WHAT THE EXERCISE ASKS
Given the listing below, write out exactly the lines starting with the line that has "CUT_EXTRUDE_2_DEPTH = 10" and going on through the line that has "Line((100, 100), (100, -150))", both kept.
*** Block opens ***
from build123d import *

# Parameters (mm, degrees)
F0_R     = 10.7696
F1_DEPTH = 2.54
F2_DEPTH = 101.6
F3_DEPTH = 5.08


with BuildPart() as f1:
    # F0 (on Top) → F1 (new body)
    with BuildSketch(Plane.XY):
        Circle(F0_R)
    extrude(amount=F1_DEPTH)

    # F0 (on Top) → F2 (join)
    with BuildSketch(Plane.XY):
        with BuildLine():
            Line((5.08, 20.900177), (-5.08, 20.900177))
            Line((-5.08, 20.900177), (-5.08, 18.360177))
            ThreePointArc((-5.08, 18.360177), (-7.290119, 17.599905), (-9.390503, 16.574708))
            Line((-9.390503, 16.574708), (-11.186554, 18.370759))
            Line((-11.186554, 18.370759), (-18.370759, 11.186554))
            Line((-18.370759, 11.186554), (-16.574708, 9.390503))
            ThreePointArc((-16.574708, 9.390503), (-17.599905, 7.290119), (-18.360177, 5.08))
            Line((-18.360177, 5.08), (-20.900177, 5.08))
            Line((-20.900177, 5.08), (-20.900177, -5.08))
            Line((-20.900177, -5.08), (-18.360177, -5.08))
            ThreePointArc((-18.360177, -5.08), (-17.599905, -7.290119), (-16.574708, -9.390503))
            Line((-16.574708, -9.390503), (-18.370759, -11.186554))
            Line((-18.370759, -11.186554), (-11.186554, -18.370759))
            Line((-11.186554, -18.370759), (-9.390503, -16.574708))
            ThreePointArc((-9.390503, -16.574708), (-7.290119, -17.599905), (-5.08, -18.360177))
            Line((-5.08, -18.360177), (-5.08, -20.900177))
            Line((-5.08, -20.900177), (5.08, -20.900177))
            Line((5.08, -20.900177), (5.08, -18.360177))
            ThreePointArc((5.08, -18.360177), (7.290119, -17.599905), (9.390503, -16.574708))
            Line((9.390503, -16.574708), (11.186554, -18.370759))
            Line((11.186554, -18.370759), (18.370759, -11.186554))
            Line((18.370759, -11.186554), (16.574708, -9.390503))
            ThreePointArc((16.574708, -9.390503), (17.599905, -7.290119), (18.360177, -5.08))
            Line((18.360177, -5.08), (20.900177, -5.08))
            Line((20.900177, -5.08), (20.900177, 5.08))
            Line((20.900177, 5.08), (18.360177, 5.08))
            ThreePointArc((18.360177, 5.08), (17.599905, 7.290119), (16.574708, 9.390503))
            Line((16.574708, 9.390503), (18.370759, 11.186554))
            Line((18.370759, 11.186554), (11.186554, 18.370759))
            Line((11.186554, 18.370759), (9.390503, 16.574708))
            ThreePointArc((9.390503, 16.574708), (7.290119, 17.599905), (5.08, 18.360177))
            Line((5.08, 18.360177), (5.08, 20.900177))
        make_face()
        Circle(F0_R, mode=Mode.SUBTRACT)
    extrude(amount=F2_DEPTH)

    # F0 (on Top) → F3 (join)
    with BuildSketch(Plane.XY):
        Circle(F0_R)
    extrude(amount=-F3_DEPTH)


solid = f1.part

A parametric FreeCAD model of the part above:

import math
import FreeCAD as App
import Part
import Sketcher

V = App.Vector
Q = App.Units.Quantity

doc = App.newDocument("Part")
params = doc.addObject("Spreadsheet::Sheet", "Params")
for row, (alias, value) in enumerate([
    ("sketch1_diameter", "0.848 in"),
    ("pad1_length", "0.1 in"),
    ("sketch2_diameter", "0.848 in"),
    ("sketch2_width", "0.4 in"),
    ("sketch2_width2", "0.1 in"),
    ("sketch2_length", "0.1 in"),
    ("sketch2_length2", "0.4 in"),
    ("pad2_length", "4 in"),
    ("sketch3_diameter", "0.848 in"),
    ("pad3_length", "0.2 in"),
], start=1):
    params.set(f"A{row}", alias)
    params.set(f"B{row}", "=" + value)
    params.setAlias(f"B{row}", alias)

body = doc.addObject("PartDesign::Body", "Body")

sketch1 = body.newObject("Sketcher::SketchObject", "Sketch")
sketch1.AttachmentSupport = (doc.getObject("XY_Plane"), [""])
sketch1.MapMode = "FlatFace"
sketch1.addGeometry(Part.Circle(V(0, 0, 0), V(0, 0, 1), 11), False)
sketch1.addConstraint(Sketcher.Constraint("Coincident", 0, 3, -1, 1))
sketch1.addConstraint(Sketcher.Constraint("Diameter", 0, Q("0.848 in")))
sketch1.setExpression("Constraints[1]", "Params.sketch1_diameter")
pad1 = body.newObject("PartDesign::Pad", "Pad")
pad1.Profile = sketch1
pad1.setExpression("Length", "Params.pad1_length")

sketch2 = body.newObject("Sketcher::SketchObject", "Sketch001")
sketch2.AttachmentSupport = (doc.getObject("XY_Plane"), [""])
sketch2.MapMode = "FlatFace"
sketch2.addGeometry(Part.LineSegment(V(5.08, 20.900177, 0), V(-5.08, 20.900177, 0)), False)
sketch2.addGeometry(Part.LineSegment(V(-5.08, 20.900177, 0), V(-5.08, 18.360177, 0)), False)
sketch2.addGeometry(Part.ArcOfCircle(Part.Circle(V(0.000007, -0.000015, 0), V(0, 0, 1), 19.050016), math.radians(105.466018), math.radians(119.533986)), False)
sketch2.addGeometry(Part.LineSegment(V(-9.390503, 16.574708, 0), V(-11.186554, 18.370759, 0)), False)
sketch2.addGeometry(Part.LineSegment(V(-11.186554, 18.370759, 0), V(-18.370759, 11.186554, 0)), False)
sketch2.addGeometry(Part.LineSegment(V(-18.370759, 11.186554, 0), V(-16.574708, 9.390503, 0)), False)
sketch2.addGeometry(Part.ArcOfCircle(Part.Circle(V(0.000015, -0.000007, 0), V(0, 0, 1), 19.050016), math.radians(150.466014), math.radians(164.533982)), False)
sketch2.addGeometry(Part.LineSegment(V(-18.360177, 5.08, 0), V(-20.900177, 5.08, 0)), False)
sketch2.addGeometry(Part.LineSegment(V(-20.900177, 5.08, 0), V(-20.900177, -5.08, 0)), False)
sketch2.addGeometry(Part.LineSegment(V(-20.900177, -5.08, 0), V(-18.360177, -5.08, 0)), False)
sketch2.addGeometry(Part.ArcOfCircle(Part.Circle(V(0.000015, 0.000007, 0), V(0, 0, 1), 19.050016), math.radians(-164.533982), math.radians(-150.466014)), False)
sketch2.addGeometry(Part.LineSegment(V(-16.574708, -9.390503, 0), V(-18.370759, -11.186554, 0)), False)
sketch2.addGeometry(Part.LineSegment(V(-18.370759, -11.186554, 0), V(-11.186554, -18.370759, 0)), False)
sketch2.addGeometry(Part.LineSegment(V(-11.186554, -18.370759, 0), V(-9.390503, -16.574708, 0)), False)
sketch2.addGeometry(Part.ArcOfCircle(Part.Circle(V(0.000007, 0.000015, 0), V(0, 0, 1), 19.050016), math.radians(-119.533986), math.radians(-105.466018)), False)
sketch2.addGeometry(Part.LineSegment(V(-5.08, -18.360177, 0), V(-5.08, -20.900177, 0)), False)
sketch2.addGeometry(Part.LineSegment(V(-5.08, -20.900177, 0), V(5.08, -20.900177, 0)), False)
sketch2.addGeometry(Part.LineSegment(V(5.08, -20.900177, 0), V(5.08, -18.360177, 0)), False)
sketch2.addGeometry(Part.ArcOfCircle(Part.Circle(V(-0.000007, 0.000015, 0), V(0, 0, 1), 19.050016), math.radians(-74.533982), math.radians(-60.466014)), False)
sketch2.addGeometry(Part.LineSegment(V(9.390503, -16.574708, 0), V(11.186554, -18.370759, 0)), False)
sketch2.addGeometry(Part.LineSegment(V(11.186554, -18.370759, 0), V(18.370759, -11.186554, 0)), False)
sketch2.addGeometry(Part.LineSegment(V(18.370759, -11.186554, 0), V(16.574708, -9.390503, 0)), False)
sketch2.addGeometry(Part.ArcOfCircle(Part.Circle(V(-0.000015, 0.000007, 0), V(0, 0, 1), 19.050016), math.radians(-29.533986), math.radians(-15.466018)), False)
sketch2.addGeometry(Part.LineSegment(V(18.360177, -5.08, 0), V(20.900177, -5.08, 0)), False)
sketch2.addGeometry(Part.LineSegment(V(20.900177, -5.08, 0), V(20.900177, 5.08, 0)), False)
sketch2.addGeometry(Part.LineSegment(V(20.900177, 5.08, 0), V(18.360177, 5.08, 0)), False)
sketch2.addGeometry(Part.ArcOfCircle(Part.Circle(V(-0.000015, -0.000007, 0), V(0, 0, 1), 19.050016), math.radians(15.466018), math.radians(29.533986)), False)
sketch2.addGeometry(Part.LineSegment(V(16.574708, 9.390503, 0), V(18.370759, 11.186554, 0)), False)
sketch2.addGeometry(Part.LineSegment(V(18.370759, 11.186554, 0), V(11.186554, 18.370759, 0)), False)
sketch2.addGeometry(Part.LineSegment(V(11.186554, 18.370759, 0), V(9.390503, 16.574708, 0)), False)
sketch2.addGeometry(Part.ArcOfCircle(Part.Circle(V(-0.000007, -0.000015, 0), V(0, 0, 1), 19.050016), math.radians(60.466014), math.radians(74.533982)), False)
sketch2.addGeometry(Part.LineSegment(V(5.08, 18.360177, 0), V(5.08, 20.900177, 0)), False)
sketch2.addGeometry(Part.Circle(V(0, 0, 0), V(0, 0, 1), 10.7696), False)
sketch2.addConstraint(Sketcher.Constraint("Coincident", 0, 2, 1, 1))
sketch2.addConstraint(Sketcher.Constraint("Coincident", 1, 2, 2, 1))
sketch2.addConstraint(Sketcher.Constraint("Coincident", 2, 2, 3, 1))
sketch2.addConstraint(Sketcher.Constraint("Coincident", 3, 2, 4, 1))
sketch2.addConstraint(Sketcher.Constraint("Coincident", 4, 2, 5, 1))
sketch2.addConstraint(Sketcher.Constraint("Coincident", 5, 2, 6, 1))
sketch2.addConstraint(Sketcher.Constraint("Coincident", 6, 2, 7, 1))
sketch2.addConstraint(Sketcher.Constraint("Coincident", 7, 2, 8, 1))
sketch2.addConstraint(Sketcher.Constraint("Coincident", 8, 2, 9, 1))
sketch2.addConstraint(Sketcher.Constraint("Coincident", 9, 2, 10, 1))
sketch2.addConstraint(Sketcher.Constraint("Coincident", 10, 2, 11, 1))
*** Block closes ***
*** Block opens ***
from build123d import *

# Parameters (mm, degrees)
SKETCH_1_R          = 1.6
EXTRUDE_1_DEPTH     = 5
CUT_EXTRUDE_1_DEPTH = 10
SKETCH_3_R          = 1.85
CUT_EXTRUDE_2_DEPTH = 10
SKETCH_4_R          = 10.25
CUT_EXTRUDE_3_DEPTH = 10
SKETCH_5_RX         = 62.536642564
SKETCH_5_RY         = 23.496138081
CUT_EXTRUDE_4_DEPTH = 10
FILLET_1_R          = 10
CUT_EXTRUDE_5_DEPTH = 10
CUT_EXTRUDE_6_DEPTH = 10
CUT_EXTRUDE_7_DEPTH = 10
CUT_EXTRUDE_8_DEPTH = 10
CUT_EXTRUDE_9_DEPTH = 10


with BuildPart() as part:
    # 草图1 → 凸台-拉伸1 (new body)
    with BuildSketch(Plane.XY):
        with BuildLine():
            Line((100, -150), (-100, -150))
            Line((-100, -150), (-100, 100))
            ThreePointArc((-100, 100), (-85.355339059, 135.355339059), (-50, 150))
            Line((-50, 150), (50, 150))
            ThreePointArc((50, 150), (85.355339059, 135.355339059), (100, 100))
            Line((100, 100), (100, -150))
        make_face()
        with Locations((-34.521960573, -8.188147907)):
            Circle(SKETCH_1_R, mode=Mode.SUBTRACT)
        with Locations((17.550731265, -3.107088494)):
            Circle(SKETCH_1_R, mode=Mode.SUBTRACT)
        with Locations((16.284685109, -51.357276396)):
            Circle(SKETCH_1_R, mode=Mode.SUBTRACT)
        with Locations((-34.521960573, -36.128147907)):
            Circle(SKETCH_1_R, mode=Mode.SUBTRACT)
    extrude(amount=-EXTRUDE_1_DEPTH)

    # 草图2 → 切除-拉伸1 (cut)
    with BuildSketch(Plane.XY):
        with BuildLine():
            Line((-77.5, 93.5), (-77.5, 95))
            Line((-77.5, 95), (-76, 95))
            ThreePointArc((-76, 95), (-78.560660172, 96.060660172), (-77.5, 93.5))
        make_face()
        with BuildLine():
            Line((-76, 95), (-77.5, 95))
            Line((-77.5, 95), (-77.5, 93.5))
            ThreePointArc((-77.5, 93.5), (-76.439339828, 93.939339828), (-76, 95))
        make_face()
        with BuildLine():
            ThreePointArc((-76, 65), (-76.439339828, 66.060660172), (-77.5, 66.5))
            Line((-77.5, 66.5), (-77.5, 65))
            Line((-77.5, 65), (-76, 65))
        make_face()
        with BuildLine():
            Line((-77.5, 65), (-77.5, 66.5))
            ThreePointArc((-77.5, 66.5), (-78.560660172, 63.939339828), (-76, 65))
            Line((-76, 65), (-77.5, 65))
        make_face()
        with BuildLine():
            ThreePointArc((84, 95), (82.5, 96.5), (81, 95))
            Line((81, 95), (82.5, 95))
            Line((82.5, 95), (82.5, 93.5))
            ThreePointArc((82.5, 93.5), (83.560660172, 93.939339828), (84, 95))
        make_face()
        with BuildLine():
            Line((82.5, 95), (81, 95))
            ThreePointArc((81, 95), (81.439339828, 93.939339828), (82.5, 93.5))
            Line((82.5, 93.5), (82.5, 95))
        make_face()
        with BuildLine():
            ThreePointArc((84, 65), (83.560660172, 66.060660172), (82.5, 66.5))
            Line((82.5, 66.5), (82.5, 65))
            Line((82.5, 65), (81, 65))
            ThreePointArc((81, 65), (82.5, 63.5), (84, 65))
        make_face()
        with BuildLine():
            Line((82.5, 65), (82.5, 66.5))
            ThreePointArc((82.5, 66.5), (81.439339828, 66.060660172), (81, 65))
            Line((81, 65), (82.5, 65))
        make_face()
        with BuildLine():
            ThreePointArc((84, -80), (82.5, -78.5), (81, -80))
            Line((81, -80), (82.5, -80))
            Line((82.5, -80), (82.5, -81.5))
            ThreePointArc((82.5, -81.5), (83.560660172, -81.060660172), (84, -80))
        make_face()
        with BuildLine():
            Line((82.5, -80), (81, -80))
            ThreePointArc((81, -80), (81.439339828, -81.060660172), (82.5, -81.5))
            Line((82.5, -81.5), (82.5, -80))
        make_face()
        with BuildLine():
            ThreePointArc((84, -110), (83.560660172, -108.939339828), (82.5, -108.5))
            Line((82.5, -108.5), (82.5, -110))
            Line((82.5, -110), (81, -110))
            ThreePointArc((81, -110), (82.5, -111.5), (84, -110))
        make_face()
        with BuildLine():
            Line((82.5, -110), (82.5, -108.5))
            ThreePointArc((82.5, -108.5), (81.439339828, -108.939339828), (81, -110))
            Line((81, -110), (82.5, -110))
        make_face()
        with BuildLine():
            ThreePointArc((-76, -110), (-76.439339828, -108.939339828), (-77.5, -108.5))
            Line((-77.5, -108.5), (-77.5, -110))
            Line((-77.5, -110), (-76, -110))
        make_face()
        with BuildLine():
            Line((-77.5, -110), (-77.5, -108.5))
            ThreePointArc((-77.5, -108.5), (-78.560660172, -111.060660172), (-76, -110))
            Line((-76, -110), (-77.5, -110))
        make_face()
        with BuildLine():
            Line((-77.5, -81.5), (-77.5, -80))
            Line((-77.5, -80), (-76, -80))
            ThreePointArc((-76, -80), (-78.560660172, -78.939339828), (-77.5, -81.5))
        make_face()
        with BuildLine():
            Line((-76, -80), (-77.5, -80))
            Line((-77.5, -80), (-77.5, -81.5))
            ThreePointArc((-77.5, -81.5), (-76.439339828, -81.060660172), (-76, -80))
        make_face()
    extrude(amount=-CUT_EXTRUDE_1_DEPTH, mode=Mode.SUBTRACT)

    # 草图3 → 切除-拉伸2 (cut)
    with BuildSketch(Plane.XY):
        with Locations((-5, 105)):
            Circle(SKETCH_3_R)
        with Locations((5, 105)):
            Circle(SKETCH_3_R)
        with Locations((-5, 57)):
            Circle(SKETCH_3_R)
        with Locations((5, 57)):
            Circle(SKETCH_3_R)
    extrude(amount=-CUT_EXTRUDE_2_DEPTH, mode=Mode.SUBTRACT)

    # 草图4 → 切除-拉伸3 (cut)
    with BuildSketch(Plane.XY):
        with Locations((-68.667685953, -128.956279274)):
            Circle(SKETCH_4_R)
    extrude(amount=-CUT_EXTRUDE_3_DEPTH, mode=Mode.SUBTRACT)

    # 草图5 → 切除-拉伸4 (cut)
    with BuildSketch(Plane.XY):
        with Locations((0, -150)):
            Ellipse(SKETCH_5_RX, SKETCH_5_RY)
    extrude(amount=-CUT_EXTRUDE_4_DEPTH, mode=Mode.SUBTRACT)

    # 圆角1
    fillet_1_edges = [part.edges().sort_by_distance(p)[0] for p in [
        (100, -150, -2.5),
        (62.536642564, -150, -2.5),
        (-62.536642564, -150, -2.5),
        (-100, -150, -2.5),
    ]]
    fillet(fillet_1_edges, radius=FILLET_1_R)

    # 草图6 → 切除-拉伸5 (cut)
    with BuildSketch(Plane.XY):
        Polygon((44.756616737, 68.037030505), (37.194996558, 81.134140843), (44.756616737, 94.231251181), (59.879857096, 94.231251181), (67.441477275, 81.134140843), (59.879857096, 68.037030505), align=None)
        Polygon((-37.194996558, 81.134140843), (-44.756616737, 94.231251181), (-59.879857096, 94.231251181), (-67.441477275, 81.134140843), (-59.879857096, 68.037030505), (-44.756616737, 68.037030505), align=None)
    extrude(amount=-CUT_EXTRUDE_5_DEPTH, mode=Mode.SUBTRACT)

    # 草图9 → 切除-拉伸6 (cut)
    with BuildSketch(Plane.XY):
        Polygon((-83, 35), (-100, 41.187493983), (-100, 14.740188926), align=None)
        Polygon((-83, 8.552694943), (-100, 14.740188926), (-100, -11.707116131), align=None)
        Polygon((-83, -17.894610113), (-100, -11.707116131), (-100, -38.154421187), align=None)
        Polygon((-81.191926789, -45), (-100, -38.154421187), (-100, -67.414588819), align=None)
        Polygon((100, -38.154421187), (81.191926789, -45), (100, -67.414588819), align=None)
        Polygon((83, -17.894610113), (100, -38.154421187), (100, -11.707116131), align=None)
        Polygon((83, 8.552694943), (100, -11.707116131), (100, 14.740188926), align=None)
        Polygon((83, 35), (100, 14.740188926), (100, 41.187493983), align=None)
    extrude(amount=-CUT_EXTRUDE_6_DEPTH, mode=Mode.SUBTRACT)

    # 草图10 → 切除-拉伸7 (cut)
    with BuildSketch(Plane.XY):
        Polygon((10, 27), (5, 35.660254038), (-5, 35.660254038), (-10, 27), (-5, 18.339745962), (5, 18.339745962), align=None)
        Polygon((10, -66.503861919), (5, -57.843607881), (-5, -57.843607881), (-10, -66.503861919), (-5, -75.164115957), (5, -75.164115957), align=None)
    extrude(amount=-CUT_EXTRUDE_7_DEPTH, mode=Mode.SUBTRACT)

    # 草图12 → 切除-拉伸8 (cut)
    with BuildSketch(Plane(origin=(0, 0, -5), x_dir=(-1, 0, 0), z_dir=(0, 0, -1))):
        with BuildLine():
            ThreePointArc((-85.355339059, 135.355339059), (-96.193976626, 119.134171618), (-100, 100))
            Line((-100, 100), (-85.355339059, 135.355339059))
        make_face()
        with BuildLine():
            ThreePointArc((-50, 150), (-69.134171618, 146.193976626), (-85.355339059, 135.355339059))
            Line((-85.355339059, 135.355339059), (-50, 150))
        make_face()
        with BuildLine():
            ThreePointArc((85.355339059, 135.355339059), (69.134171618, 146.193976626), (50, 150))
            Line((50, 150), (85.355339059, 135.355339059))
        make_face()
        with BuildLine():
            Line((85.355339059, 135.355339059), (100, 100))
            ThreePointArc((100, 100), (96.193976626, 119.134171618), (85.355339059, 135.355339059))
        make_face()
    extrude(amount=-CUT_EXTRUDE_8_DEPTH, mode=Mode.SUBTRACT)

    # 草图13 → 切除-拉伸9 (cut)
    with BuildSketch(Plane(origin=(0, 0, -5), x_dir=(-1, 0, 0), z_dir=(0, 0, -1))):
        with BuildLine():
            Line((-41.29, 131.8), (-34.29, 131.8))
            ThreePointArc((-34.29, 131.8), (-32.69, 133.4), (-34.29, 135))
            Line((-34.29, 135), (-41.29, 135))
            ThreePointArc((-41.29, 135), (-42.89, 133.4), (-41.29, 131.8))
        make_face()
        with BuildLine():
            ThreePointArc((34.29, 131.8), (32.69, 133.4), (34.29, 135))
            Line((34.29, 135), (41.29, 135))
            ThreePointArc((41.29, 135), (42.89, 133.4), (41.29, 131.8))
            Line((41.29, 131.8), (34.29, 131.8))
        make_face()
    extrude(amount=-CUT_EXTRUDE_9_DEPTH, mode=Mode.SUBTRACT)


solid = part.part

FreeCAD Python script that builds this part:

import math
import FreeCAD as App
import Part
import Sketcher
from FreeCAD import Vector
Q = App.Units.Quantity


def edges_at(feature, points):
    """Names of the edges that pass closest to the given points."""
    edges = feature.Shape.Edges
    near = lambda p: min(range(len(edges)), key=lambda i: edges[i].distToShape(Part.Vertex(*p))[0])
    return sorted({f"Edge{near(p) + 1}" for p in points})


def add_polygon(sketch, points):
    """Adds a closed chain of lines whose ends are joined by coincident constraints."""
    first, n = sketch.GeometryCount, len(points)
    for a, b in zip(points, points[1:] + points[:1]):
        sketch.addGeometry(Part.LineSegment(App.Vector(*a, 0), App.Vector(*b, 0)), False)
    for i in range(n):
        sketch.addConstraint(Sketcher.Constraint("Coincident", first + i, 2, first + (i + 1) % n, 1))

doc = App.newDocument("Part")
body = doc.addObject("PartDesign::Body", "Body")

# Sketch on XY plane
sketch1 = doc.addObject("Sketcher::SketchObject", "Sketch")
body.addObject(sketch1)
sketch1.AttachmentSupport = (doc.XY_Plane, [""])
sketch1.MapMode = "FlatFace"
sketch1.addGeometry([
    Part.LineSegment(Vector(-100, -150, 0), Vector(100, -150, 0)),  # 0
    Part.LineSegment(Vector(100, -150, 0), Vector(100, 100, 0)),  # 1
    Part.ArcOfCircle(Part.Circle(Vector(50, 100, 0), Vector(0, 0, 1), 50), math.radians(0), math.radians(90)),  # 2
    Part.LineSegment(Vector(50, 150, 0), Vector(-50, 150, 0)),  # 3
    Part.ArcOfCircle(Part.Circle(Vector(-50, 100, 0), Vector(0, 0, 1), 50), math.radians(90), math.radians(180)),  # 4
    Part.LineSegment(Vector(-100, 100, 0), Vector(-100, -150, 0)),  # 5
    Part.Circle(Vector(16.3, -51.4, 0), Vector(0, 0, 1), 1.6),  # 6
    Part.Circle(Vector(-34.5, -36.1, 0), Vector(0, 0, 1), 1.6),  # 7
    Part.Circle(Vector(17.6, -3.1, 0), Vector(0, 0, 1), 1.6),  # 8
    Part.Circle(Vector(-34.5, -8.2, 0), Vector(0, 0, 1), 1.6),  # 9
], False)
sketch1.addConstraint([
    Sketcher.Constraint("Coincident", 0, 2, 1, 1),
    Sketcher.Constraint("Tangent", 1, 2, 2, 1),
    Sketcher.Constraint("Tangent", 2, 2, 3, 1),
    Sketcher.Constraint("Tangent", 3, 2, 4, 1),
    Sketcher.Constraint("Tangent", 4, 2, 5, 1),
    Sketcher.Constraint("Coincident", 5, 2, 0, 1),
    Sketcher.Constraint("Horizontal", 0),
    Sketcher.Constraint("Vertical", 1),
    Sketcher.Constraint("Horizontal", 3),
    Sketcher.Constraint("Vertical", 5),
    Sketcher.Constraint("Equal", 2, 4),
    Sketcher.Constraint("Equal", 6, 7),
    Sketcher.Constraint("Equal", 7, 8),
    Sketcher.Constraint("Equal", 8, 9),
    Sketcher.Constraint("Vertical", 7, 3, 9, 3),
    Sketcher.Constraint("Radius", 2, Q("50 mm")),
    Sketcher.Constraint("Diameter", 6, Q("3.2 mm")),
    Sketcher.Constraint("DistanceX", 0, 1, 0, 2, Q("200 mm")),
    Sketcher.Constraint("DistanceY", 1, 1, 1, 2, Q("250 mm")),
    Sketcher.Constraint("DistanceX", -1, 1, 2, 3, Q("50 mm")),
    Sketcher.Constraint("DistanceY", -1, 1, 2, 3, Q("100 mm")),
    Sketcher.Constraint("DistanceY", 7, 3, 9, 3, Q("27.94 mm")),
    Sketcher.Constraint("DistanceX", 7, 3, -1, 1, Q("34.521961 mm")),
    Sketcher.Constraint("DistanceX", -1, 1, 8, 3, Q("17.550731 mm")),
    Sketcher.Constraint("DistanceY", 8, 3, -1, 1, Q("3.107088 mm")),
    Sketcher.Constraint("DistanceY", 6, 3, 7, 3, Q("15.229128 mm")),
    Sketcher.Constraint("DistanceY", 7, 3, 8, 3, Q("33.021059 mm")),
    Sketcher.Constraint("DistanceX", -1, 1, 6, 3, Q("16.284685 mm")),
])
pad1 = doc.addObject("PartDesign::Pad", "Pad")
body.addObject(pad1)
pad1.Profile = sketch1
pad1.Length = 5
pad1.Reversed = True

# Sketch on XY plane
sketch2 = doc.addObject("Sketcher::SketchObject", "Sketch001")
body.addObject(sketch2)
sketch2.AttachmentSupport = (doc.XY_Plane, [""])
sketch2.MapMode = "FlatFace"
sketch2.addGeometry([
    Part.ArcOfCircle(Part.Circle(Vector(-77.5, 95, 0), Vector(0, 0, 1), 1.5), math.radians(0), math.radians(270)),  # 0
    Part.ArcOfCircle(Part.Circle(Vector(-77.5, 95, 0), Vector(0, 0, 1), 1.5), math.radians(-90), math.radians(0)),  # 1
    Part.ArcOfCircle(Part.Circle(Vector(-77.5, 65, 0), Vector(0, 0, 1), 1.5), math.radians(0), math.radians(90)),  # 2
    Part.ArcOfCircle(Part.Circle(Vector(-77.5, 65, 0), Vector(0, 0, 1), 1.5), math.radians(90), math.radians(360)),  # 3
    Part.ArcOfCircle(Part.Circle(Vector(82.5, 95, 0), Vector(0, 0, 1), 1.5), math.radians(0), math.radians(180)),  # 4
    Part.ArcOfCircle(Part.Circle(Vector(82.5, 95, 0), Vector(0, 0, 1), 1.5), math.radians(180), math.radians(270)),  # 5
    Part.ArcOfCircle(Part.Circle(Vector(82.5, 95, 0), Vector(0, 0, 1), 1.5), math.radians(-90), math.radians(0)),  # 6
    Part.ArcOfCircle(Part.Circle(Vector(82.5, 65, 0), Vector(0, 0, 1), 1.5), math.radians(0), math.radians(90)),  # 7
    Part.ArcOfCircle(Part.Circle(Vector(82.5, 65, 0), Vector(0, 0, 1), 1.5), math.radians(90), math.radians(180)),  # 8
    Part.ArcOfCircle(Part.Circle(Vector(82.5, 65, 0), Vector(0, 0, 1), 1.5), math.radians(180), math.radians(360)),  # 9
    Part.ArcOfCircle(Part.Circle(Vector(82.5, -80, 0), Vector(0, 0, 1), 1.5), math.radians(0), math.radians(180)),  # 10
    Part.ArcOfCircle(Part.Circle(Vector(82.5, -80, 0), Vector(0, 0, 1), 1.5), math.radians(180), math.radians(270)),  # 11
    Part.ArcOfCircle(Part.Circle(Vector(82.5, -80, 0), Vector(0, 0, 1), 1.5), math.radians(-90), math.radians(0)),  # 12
*** Block closes ***
THE COMPLETED TASK
CUT_EXTRUDE_2_DEPTH = 10
SKETCH_4_R          = 10.25
CUT_EXTRUDE_3_DEPTH = 10
SKETCH_5_RX         = 62.536642564
SKETCH_5_RY         = 23.496138081
CUT_EXTRUDE_4_DEPTH = 10
FILLET_1_R          = 10
CUT_EXTRUDE_5_DEPTH = 10
CUT_EXTRUDE_6_DEPTH = 10
CUT_EXTRUDE_7_DEPTH = 10
CUT_EXTRUDE_8_DEPTH = 10
CUT_EXTRUDE_9_DEPTH = 10


with BuildPart() as part:
    # 草图1 → 凸台-拉伸1 (new body)
    with BuildSketch(Plane.XY):
        with BuildLine():
            Line((100, -150), (-100, -150))
            Line((-100, -150), (-100, 100))
            ThreePointArc((-100, 100), (-85.355339059, 135.355339059), (-50, 150))
            Line((-50, 150), (50, 150))
            ThreePointArc((50, 150), (85.355339059, 135.355339059), (100, 100))
            Line((100, 100), (100, -150))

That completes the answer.